(WHAT IS NEEDED): Once the line containing "f 124 122 266" has been written out, stop; until then, restate each line of the entries below word for word from the first.

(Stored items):
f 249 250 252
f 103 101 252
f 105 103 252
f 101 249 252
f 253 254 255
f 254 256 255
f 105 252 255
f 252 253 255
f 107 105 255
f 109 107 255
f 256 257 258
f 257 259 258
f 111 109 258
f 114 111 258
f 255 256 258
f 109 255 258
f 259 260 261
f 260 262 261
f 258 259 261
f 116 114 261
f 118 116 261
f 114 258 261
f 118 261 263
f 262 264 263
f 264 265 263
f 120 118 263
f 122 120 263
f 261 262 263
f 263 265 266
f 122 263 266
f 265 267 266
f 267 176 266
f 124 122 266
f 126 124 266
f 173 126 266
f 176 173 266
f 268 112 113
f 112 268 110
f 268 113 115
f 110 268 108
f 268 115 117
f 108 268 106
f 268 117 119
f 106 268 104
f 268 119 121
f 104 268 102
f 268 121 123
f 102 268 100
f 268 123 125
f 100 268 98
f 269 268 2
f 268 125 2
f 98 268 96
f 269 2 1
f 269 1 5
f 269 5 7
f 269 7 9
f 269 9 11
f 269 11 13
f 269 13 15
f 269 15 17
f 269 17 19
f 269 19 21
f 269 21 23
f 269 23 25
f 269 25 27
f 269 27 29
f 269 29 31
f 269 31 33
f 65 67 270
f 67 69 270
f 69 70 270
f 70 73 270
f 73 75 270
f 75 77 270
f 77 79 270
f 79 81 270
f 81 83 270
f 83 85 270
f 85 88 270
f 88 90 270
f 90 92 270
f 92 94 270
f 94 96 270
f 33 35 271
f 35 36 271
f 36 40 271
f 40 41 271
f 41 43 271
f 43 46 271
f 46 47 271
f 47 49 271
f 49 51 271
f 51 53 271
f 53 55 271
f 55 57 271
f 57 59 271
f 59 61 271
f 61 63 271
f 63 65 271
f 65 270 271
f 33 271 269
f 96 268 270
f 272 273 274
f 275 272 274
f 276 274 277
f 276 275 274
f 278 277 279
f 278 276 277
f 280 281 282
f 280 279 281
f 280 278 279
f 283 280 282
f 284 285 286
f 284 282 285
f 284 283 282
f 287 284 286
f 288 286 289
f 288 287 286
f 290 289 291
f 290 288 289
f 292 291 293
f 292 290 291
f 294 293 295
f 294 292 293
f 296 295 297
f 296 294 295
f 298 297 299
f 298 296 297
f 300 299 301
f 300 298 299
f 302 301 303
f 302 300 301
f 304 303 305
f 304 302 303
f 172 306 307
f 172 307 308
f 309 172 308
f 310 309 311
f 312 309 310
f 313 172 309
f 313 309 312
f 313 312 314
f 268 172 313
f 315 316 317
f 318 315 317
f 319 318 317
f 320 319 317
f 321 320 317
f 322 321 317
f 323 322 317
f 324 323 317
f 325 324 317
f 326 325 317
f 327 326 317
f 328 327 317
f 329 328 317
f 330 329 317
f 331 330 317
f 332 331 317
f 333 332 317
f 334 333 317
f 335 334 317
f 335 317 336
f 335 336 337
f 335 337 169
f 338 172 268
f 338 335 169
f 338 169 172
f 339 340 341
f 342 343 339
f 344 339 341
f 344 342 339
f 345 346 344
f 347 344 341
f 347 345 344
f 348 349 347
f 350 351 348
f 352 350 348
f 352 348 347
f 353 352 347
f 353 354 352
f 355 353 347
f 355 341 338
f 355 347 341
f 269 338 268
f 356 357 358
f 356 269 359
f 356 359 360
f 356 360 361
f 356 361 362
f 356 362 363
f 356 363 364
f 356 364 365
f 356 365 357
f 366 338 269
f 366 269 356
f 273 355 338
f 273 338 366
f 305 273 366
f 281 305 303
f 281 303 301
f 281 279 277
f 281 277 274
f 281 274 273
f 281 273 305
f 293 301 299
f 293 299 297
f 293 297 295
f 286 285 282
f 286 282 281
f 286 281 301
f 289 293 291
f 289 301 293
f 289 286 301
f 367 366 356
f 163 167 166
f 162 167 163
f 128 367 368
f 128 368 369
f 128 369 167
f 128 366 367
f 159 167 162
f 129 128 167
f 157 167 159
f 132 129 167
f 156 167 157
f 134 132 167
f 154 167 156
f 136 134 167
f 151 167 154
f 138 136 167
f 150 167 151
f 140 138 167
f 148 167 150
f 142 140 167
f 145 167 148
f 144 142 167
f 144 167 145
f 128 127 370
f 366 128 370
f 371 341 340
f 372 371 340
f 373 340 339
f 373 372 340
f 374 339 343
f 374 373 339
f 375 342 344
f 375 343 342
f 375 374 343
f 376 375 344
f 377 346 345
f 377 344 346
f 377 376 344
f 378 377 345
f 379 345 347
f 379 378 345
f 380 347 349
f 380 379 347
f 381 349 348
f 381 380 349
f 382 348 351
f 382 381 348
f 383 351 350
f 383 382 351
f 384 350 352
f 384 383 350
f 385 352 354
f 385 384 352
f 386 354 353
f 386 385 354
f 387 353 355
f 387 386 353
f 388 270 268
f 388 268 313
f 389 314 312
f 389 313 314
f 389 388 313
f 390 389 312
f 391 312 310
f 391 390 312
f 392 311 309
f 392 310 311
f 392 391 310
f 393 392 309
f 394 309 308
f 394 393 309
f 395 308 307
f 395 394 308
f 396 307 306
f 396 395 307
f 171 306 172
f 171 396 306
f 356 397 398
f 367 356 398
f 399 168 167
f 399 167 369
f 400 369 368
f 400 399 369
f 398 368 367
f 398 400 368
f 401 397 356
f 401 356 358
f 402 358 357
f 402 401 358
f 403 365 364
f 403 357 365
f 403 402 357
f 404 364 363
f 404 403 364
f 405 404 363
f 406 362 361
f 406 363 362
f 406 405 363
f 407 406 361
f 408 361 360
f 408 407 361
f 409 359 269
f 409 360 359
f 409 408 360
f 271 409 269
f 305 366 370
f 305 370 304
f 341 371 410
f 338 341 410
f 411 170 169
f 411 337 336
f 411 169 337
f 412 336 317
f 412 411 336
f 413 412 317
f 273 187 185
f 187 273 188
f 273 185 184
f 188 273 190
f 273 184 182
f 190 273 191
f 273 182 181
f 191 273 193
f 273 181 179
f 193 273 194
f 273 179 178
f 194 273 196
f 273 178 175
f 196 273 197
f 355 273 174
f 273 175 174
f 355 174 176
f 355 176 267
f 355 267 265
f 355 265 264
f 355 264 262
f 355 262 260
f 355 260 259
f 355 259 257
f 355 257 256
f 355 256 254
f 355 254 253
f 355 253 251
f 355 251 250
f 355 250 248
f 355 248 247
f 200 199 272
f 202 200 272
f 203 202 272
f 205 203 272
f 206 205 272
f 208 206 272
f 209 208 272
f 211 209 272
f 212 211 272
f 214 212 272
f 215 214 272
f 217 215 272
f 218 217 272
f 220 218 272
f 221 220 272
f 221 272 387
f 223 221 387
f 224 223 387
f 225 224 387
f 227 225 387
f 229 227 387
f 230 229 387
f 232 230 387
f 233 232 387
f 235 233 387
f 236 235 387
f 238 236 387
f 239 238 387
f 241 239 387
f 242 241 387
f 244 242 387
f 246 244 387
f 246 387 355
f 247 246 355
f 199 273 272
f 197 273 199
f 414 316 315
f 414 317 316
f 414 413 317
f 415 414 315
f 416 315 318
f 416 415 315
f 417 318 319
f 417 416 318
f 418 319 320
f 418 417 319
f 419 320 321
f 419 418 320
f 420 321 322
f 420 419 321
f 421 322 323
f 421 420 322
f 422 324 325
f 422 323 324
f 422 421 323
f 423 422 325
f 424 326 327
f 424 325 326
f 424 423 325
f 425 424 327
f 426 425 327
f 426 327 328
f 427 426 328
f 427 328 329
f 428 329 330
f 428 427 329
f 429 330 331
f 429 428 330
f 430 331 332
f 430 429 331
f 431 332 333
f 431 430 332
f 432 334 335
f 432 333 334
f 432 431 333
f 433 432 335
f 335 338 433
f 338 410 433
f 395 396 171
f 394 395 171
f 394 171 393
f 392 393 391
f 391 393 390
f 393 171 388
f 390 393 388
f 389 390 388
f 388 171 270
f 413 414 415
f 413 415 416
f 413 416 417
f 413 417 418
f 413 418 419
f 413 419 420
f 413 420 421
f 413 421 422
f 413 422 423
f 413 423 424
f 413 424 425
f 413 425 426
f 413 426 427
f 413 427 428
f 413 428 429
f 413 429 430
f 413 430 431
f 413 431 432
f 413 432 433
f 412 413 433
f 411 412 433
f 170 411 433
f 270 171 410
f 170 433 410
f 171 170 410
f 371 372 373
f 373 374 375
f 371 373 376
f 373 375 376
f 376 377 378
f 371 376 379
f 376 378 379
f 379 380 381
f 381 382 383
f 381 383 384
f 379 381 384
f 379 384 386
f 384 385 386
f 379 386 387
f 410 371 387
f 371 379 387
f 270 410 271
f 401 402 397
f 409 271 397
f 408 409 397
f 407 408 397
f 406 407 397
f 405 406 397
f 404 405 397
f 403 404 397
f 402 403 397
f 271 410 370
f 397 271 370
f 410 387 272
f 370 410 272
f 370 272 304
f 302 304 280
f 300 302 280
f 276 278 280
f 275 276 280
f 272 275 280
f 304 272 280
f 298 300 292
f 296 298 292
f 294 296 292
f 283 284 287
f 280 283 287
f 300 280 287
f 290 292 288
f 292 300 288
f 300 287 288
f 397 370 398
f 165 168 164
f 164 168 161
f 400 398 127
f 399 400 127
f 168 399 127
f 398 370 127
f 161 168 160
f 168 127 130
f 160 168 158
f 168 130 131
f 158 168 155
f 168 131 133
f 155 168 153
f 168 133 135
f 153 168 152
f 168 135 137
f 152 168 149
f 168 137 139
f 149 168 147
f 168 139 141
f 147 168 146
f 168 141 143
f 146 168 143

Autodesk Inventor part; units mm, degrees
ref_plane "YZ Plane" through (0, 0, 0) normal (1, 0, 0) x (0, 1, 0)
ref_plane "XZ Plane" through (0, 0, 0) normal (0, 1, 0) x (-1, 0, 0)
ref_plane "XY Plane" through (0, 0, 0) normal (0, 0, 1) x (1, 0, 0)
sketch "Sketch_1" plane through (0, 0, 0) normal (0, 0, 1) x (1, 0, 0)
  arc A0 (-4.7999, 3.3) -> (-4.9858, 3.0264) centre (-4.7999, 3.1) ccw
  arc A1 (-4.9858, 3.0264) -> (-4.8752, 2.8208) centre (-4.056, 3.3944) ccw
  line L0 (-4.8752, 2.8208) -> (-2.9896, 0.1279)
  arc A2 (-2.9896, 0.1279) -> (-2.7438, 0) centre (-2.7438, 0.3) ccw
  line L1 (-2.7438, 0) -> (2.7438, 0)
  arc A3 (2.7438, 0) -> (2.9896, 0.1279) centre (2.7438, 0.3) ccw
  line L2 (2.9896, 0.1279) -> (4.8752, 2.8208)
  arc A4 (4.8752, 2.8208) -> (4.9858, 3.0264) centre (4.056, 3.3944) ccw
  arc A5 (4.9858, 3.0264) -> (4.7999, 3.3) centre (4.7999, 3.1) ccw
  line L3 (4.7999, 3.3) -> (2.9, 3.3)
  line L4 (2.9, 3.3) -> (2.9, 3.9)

(YOUR SOLUTION):
f 249 250 252
f 103 101 252
f 105 103 252
f 101 249 252
f 253 254 255
f 254 256 255
f 105 252 255
f 252 253 255
f 107 105 255
f 109 107 255
f 256 257 258
f 257 259 258
f 111 109 258
f 114 111 258
f 255 256 258
f 109 255 258
f 259 260 261
f 260 262 261
f 258 259 261
f 116 114 261
f 118 116 261
f 114 258 261
f 118 261 263
f 262 264 263
f 264 265 263
f 120 118 263
f 122 120 263
f 261 262 263
f 263 265 266
f 122 263 266
f 265 267 266
f 267 176 266
f 124 122 266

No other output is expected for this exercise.